What is being asked — Return each entry precisely as it appears below.

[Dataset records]
++++++++++
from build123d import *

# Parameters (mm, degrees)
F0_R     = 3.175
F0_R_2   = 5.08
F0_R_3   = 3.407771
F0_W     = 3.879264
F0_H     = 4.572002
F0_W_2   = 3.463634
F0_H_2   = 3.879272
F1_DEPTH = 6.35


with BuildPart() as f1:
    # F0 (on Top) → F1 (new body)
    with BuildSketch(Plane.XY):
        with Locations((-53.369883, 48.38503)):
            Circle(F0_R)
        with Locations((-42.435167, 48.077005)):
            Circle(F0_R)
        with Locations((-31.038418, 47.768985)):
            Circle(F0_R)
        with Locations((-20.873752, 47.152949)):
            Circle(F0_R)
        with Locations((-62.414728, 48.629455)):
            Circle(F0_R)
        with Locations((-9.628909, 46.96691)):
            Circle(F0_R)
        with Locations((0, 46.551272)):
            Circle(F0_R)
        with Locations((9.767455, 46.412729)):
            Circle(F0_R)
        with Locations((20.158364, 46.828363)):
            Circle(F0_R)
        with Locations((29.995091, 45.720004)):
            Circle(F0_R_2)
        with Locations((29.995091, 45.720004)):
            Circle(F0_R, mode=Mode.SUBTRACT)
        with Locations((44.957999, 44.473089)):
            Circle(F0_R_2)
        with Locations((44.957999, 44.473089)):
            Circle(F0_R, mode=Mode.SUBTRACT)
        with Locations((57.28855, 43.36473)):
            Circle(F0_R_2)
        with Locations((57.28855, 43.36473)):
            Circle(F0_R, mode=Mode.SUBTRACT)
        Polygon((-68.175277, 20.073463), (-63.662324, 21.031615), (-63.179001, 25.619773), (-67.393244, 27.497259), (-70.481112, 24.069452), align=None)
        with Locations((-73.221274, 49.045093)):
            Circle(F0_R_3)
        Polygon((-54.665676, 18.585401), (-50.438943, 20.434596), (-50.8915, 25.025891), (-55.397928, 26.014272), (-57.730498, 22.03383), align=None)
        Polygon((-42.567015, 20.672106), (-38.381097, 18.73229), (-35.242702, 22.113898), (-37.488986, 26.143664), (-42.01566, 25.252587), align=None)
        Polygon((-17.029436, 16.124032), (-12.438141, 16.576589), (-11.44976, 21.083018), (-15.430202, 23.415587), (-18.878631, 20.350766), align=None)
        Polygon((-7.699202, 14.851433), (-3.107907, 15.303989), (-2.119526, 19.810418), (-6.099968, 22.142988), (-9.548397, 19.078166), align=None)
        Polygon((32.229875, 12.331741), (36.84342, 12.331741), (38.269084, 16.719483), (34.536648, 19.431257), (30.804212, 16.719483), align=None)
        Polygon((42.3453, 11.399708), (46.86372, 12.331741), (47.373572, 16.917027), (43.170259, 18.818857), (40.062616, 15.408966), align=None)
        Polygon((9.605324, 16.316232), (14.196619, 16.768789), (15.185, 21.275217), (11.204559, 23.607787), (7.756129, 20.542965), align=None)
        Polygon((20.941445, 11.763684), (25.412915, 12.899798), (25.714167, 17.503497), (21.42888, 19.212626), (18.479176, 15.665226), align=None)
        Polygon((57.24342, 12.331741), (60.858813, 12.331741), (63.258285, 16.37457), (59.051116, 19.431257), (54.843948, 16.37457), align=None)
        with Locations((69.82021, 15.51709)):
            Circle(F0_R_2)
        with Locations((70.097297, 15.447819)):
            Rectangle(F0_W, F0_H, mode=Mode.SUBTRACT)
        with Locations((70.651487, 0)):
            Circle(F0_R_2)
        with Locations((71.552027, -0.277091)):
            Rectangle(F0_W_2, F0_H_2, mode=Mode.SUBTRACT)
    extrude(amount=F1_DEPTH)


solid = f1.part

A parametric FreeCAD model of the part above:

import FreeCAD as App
import Part
import Sketcher
from FreeCAD import Vector
Q = App.Units.Quantity


def add_polygon(sketch, points):
    """Adds a closed chain of lines whose ends are joined by coincident constraints."""
    first, n = sketch.GeometryCount, len(points)
    for a, b in zip(points, points[1:] + points[:1]):
        sketch.addGeometry(Part.LineSegment(App.Vector(*a, 0), App.Vector(*b, 0)), False)
    for i in range(n):
        sketch.addConstraint(Sketcher.Constraint("Coincident", first + i, 2, first + (i + 1) % n, 1))

doc = App.newDocument("Part")
body = doc.addObject("PartDesign::Body", "Body")
body.AllowCompound = True

sketch1 = body.newObject("Sketcher::SketchObject", "Sketch")
sketch1.AttachmentSupport = (doc.getObject("XY_Plane"), [""])
sketch1.MapMode = "FlatFace"
sketch1.addGeometry(Part.Circle(Vector(-53.369883, 48.38503, 0), Vector(0, 0, 1), 3.175), False)
sketch1.addGeometry(Part.Circle(Vector(-42.435167, 48.077005, 0), Vector(0, 0, 1), 3.175), False)
sketch1.addGeometry(Part.Circle(Vector(-31.038418, 47.768985, 0), Vector(0, 0, 1), 3.175), False)
sketch1.addGeometry(Part.Circle(Vector(-20.873752, 47.152949, 0), Vector(0, 0, 1), 3.175), False)
sketch1.addGeometry(Part.Circle(Vector(-62.414728, 48.629455, 0), Vector(0, 0, 1), 3.175), False)
sketch1.addGeometry(Part.Circle(Vector(-9.628909, 46.96691, 0), Vector(0, 0, 1), 3.175), False)
sketch1.addGeometry(Part.Circle(Vector(0, 46.551272, 0), Vector(0, 0, 1), 3.175), False)
sketch1.addGeometry(Part.Circle(Vector(9.767455, 46.412729, 0), Vector(0, 0, 1), 3.175), False)
sketch1.addGeometry(Part.Circle(Vector(20.158364, 46.828363, 0), Vector(0, 0, 1), 3.175), False)
sketch1.addGeometry(Part.Circle(Vector(29.995091, 45.720004, 0), Vector(0, 0, 1), 5.08), False)
sketch1.addGeometry(Part.Circle(Vector(29.995091, 45.720004, 0), Vector(0, 0, 1), 3.175), False)
sketch1.addGeometry(Part.Circle(Vector(44.957999, 44.473089, 0), Vector(0, 0, 1), 5.08), False)
sketch1.addGeometry(Part.Circle(Vector(44.957999, 44.473089, 0), Vector(0, 0, 1), 3.175), False)
sketch1.addGeometry(Part.Circle(Vector(57.28855, 43.36473, 0), Vector(0, 0, 1), 5.08), False)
++++++++++
Written answer —
from build123d import *

# Parameters (mm, degrees)
F0_R     = 3.175
F0_R_2   = 5.08
F0_R_3   = 3.407771
F0_W     = 3.879264
F0_H     = 4.572002
F0_W_2   = 3.463634
F0_H_2   = 3.879272
F1_DEPTH = 6.35


with BuildPart() as f1:
    # F0 (on Top) → F1 (new body)
    with BuildSketch(Plane.XY):
        with Locations((-53.369883, 48.38503)):
            Circle(F0_R)
        with Locations((-42.435167, 48.077005)):
            Circle(F0_R)
        with Locations((-31.038418, 47.768985)):
            Circle(F0_R)
        with Locations((-20.873752, 47.152949)):
            Circle(F0_R)
        with Locations((-62.414728, 48.629455)):
            Circle(F0_R)
        with Locations((-9.628909, 46.96691)):
            Circle(F0_R)
        with Locations((0, 46.551272)):
            Circle(F0_R)
        with Locations((9.767455, 46.412729)):
            Circle(F0_R)
        with Locations((20.158364, 46.828363)):
            Circle(F0_R)
        with Locations((29.995091, 45.720004)):
            Circle(F0_R_2)
        with Locations((29.995091, 45.720004)):
            Circle(F0_R, mode=Mode.SUBTRACT)
        with Locations((44.957999, 44.473089)):
            Circle(F0_R_2)
        with Locations((44.957999, 44.473089)):
            Circle(F0_R, mode=Mode.SUBTRACT)
        with Locations((57.28855, 43.36473)):
            Circle(F0_R_2)
        with Locations((57.28855, 43.36473)):
            Circle(F0_R, mode=Mode.SUBTRACT)
        Polygon((-68.175277, 20.073463), (-63.662324, 21.031615), (-63.179001, 25.619773), (-67.393244, 27.497259), (-70.481112, 24.069452), align=None)
        with Locations((-73.221274, 49.045093)):
            Circle(F0_R_3)
        Polygon((-54.665676, 18.585401), (-50.438943, 20.434596), (-50.8915, 25.025891), (-55.397928, 26.014272), (-57.730498, 22.03383), align=None)
        Polygon((-42.567015, 20.672106), (-38.381097, 18.73229), (-35.242702, 22.113898), (-37.488986, 26.143664), (-42.01566, 25.252587), align=None)
        Polygon((-17.029436, 16.124032), (-12.438141, 16.576589), (-11.44976, 21.083018), (-15.430202, 23.415587), (-18.878631, 20.350766), align=None)
        Polygon((-7.699202, 14.851433), (-3.107907, 15.303989), (-2.119526, 19.810418), (-6.099968, 22.142988), (-9.548397, 19.078166), align=None)
        Polygon((32.229875, 12.331741), (36.84342, 12.331741), (38.269084, 16.719483), (34.536648, 19.431257), (30.804212, 16.719483), align=None)
        Polygon((42.3453, 11.399708), (46.86372, 12.331741), (47.373572, 16.917027), (43.170259, 18.818857), (40.062616, 15.408966), align=None)
        Polygon((9.605324, 16.316232), (14.196619, 16.768789), (15.185, 21.275217), (11.204559, 23.607787), (7.756129, 20.542965), align=None)
        Polygon((20.941445, 11.763684), (25.412915, 12.899798), (25.714167, 17.503497), (21.42888, 19.212626), (18.479176, 15.665226), align=None)
        Polygon((57.24342, 12.331741), (60.858813, 12.331741), (63.258285, 16.37457), (59.051116, 19.431257), (54.843948, 16.37457), align=None)
        with Locations((69.82021, 15.51709)):
            Circle(F0_R_2)
        with Locations((70.097297, 15.447819)):
            Rectangle(F0_W, F0_H, mode=Mode.SUBTRACT)
        with Locations((70.651487, 0)):
            Circle(F0_R_2)
        with Locations((71.552027, -0.277091)):
            Rectangle(F0_W_2, F0_H_2, mode=Mode.SUBTRACT)
    extrude(amount=F1_DEPTH)


solid = f1.part

A parametric FreeCAD model of the part above:

import FreeCAD as App
import Part
import Sketcher
from FreeCAD import Vector
Q = App.Units.Quantity


def add_polygon(sketch, points):
    """Adds a closed chain of lines whose ends are joined by coincident constraints."""
    first, n = sketch.GeometryCount, len(points)
    for a, b in zip(points, points[1:] + points[:1]):
        sketch.addGeometry(Part.LineSegment(App.Vector(*a, 0), App.Vector(*b, 0)), False)
    for i in range(n):
        sketch.addConstraint(Sketcher.Constraint("Coincident", first + i, 2, first + (i + 1) % n, 1))

doc = App.newDocument("Part")
body = doc.addObject("PartDesign::Body", "Body")
body.AllowCompound = True

sketch1 = body.newObject("Sketcher::SketchObject", "Sketch")
sketch1.AttachmentSupport = (doc.getObject("XY_Plane"), [""])
sketch1.MapMode = "FlatFace"
sketch1.addGeometry(Part.Circle(Vector(-53.369883, 48.38503, 0), Vector(0, 0, 1), 3.175), False)
sketch1.addGeometry(Part.Circle(Vector(-42.435167, 48.077005, 0), Vector(0, 0, 1), 3.175), False)
sketch1.addGeometry(Part.Circle(Vector(-31.038418, 47.768985, 0), Vector(0, 0, 1), 3.175), False)
sketch1.addGeometry(Part.Circle(Vector(-20.873752, 47.152949, 0), Vector(0, 0, 1), 3.175), False)
sketch1.addGeometry(Part.Circle(Vector(-62.414728, 48.629455, 0), Vector(0, 0, 1), 3.175), False)
sketch1.addGeometry(Part.Circle(Vector(-9.628909, 46.96691, 0), Vector(0, 0, 1), 3.175), False)
sketch1.addGeometry(Part.Circle(Vector(0, 46.551272, 0), Vector(0, 0, 1), 3.175), False)
sketch1.addGeometry(Part.Circle(Vector(9.767455, 46.412729, 0), Vector(0, 0, 1), 3.175), False)
sketch1.addGeometry(Part.Circle(Vector(20.158364, 46.828363, 0), Vector(0, 0, 1), 3.175), False)
sketch1.addGeometry(Part.Circle(Vector(29.995091, 45.720004, 0), Vector(0, 0, 1), 5.08), False)
sketch1.addGeometry(Part.Circle(Vector(29.995091, 45.720004, 0), Vector(0, 0, 1), 3.175), False)
sketch1.addGeometry(Part.Circle(Vector(44.957999, 44.473089, 0), Vector(0, 0, 1), 5.08), False)
sketch1.addGeometry(Part.Circle(Vector(44.957999, 44.473089, 0), Vector(0, 0, 1), 3.175), False)
sketch1.addGeometry(Part.Circle(Vector(57.28855, 43.36473, 0), Vector(0, 0, 1), 5.08), False)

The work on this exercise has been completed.